(Stored items)

_____

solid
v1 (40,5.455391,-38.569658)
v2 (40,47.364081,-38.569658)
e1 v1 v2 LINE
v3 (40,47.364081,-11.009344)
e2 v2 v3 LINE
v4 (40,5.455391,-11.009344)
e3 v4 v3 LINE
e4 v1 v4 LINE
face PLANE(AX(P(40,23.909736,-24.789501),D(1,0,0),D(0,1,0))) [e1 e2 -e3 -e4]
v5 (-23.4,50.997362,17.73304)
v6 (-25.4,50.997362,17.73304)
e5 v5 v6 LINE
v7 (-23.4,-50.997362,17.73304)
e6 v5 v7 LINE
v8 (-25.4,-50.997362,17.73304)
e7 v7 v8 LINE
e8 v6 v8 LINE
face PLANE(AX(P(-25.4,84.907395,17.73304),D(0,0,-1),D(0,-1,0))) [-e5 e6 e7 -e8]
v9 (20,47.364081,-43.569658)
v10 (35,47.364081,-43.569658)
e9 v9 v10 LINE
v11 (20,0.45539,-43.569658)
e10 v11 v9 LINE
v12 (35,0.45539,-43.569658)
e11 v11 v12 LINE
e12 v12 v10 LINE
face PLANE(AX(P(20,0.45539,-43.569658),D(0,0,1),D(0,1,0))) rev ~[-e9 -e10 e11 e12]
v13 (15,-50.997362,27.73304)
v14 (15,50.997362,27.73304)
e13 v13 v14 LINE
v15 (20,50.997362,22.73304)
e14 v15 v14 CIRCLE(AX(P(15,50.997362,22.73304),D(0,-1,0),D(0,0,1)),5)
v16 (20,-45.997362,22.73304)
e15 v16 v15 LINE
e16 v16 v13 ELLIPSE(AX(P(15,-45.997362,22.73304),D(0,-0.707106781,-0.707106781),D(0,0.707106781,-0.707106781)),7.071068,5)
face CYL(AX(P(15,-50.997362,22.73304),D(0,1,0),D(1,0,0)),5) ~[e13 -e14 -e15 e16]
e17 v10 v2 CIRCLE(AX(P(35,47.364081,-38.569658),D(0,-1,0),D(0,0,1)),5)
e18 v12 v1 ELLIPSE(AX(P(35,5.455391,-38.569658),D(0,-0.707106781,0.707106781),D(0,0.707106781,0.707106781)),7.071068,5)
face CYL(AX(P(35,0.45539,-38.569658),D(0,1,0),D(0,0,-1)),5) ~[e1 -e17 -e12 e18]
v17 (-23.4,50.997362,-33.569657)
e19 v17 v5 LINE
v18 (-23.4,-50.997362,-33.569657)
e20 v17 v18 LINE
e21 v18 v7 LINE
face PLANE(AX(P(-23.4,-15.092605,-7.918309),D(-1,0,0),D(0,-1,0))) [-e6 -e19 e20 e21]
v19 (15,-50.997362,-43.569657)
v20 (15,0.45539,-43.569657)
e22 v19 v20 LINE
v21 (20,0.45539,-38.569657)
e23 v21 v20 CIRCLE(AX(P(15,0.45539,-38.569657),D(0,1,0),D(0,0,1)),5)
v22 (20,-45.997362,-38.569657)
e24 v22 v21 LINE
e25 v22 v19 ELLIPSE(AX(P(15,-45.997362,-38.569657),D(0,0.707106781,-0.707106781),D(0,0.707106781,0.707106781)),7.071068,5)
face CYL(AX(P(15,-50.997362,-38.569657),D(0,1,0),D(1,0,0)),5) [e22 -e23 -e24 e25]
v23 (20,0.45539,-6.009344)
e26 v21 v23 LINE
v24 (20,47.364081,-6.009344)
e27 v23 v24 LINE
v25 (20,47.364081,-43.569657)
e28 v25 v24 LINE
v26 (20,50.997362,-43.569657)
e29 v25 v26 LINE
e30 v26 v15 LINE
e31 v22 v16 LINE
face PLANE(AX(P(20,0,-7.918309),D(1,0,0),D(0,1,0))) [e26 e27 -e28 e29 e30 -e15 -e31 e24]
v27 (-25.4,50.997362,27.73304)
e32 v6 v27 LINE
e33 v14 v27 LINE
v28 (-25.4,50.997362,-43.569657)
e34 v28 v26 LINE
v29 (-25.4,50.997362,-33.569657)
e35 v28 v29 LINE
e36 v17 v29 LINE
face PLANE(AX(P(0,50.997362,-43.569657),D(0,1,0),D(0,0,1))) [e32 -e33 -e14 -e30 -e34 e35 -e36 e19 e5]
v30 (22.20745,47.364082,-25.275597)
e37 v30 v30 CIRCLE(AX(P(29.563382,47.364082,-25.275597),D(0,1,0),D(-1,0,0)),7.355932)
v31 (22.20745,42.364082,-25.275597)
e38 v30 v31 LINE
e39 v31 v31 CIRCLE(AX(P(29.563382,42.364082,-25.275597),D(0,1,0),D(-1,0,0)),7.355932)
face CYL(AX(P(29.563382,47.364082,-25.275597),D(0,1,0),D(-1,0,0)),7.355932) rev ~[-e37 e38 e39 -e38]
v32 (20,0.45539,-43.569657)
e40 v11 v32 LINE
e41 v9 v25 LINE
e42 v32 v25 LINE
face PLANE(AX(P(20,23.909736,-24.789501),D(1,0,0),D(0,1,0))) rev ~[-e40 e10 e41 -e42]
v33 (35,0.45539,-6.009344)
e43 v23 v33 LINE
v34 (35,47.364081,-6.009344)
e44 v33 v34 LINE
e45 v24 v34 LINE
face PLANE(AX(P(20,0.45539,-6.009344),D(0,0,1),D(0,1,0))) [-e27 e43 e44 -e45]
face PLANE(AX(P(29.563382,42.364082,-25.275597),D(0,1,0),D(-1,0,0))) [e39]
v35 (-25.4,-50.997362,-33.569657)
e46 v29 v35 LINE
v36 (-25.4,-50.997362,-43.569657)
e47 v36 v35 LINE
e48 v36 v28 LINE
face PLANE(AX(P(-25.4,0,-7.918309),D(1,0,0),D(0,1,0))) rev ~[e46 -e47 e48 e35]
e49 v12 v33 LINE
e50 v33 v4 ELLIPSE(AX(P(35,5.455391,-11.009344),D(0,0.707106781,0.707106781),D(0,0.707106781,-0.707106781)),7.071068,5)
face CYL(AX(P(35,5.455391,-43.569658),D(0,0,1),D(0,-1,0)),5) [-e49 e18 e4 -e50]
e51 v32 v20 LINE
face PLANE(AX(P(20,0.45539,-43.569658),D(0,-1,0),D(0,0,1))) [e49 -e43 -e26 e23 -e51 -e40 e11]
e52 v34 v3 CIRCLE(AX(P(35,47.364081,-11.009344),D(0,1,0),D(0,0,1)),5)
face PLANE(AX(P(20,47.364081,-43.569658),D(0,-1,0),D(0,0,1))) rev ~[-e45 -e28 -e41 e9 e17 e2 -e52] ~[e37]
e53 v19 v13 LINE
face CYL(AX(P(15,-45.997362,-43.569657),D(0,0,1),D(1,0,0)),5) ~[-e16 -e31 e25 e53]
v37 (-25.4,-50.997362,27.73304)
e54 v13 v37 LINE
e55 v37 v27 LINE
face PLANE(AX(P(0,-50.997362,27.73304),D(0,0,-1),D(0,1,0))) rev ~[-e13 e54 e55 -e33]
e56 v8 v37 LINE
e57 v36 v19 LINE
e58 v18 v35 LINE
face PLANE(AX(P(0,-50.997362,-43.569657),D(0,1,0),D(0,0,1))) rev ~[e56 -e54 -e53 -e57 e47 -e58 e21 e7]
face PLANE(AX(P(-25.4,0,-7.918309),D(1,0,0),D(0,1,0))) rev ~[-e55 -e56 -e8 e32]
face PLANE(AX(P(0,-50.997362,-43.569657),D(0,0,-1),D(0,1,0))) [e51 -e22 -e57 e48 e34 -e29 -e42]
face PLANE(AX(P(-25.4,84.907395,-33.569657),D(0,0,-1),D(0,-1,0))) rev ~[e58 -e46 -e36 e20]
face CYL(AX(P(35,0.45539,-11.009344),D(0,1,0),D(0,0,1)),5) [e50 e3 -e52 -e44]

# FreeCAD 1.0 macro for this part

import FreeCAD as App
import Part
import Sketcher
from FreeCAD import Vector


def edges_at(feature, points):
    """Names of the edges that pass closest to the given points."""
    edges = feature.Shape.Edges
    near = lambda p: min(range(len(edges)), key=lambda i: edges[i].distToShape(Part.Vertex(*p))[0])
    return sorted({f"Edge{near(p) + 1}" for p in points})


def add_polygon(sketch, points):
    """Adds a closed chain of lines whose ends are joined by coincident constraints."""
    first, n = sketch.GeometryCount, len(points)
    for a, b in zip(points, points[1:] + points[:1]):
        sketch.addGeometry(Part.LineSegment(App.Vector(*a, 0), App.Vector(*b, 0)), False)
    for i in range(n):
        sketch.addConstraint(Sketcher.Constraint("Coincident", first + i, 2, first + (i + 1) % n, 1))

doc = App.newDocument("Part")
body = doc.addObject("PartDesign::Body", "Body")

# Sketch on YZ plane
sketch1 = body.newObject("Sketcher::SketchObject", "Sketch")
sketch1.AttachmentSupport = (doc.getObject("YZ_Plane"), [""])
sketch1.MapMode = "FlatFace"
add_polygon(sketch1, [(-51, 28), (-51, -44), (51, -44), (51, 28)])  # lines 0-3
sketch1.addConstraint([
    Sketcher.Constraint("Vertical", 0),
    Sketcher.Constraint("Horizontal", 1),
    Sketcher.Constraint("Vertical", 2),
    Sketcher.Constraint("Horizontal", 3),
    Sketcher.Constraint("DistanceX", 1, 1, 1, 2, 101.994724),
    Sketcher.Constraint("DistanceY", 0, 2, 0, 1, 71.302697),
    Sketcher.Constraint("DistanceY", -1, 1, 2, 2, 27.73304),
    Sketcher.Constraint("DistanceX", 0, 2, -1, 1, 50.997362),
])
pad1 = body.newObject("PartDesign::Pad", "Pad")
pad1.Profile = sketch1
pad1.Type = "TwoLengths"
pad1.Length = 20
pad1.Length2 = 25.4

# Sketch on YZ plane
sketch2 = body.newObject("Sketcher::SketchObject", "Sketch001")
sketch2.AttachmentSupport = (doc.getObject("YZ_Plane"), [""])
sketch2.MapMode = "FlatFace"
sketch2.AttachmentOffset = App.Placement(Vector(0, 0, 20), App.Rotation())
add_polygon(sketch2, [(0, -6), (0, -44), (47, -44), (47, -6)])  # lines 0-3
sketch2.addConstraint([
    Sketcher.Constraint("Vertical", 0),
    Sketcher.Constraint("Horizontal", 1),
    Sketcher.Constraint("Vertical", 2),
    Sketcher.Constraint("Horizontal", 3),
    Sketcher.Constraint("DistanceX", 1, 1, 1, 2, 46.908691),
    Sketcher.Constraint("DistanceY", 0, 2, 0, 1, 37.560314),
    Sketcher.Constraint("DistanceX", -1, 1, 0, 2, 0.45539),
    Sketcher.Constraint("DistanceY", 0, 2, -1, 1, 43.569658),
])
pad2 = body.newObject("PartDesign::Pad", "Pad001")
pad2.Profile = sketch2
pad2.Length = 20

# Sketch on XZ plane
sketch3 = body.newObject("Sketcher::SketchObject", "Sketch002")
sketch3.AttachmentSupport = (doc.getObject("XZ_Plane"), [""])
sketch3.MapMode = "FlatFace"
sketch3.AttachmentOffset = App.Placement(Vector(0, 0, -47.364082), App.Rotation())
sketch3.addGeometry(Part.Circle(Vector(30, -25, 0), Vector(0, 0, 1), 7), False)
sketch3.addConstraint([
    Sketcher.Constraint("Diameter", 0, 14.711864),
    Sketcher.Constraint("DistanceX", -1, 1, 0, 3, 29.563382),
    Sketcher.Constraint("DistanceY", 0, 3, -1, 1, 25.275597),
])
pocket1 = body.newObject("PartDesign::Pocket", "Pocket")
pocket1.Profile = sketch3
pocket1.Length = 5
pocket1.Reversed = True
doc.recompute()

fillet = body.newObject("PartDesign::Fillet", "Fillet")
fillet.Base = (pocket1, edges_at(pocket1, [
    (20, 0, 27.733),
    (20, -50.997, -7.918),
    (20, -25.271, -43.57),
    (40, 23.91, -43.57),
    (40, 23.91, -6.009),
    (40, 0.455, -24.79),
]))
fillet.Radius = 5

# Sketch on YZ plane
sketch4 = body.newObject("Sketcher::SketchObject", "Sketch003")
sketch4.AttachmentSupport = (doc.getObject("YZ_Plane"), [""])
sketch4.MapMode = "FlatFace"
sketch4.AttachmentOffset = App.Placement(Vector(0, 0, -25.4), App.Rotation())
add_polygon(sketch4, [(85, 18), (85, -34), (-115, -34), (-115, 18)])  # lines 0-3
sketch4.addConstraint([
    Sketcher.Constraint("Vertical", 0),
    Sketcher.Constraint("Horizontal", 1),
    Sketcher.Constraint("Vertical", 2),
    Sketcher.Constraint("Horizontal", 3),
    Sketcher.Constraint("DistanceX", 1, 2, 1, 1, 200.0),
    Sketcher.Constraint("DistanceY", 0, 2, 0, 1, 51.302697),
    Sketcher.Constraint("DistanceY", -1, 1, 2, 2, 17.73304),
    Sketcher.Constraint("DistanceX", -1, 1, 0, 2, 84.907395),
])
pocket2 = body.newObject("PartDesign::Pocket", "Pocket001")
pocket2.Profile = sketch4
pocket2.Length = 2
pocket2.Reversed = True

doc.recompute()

_____

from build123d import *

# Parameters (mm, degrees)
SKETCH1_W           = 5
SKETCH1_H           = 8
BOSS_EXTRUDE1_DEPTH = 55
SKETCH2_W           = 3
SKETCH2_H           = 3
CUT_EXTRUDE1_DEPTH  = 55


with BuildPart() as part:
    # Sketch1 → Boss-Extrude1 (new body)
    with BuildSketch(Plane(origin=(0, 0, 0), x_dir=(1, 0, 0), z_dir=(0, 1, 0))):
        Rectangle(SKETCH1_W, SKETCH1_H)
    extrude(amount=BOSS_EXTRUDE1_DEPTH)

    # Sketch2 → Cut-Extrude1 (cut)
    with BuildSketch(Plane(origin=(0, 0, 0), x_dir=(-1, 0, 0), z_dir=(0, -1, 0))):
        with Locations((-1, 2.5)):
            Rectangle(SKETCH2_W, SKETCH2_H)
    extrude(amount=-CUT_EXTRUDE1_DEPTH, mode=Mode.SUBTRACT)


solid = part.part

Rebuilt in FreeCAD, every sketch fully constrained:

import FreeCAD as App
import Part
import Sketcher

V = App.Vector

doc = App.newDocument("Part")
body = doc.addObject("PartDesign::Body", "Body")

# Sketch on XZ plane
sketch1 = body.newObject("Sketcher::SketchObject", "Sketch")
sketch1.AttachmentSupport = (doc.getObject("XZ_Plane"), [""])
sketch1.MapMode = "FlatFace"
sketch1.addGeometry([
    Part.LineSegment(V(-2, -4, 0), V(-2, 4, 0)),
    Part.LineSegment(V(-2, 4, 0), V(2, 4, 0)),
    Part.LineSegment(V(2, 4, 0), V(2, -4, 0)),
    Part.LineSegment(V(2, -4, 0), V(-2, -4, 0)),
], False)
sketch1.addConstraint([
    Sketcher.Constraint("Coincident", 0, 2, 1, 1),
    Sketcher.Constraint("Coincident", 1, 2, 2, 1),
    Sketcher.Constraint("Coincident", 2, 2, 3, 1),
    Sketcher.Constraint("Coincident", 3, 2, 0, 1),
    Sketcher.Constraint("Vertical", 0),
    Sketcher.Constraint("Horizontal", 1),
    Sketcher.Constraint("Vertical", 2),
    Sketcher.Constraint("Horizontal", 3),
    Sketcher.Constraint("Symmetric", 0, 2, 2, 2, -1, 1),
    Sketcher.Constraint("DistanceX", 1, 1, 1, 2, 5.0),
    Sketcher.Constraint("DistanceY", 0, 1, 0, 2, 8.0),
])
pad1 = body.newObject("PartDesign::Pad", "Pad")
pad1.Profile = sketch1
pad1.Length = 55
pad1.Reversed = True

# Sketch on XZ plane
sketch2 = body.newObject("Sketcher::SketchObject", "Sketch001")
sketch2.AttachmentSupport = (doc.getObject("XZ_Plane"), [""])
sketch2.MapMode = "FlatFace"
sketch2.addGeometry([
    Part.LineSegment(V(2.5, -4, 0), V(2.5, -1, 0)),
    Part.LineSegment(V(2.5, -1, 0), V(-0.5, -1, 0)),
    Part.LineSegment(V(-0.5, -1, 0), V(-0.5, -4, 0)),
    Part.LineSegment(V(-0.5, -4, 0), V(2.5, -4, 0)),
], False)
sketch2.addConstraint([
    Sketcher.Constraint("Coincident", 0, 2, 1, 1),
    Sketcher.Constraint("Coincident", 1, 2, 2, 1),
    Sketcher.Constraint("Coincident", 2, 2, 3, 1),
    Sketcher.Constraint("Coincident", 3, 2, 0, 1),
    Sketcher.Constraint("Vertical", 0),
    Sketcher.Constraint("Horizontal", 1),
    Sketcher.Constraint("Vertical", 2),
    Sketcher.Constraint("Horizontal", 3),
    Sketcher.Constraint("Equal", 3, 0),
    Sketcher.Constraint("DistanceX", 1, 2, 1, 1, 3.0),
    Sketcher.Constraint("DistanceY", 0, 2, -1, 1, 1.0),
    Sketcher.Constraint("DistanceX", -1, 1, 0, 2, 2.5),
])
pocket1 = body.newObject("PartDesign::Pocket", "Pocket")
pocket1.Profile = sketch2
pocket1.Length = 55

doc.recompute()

_____

- **Problem to solve**
Copy out each line of the data above, exactly, if it lies between the line holding "v26 (20,50.997362,-43.569657)" and the line holding "e45 v24 v34 LINE", inclusive; copy no other line.

- **Solution below**
v26 (20,50.997362,-43.569657)
e29 v25 v26 LINE
e30 v26 v15 LINE
e31 v22 v16 LINE
face PLANE(AX(P(20,0,-7.918309),D(1,0,0),D(0,1,0))) [e26 e27 -e28 e29 e30 -e15 -e31 e24]
v27 (-25.4,50.997362,27.73304)
e32 v6 v27 LINE
e33 v14 v27 LINE
v28 (-25.4,50.997362,-43.569657)
e34 v28 v26 LINE
v29 (-25.4,50.997362,-33.569657)
e35 v28 v29 LINE
e36 v17 v29 LINE
face PLANE(AX(P(0,50.997362,-43.569657),D(0,1,0),D(0,0,1))) [e32 -e33 -e14 -e30 -e34 e35 -e36 e19 e5]
v30 (22.20745,47.364082,-25.275597)
e37 v30 v30 CIRCLE(AX(P(29.563382,47.364082,-25.275597),D(0,1,0),D(-1,0,0)),7.355932)
v31 (22.20745,42.364082,-25.275597)
e38 v30 v31 LINE
e39 v31 v31 CIRCLE(AX(P(29.563382,42.364082,-25.275597),D(0,1,0),D(-1,0,0)),7.355932)
face CYL(AX(P(29.563382,47.364082,-25.275597),D(0,1,0),D(-1,0,0)),7.355932) rev ~[-e37 e38 e39 -e38]
v32 (20,0.45539,-43.569657)
e40 v11 v32 LINE
e41 v9 v25 LINE
e42 v32 v25 LINE
face PLANE(AX(P(20,23.909736,-24.789501),D(1,0,0),D(0,1,0))) rev ~[-e40 e10 e41 -e42]
v33 (35,0.45539,-6.009344)
e43 v23 v33 LINE
v34 (35,47.364081,-6.009344)
e44 v33 v34 LINE
e45 v24 v34 LINE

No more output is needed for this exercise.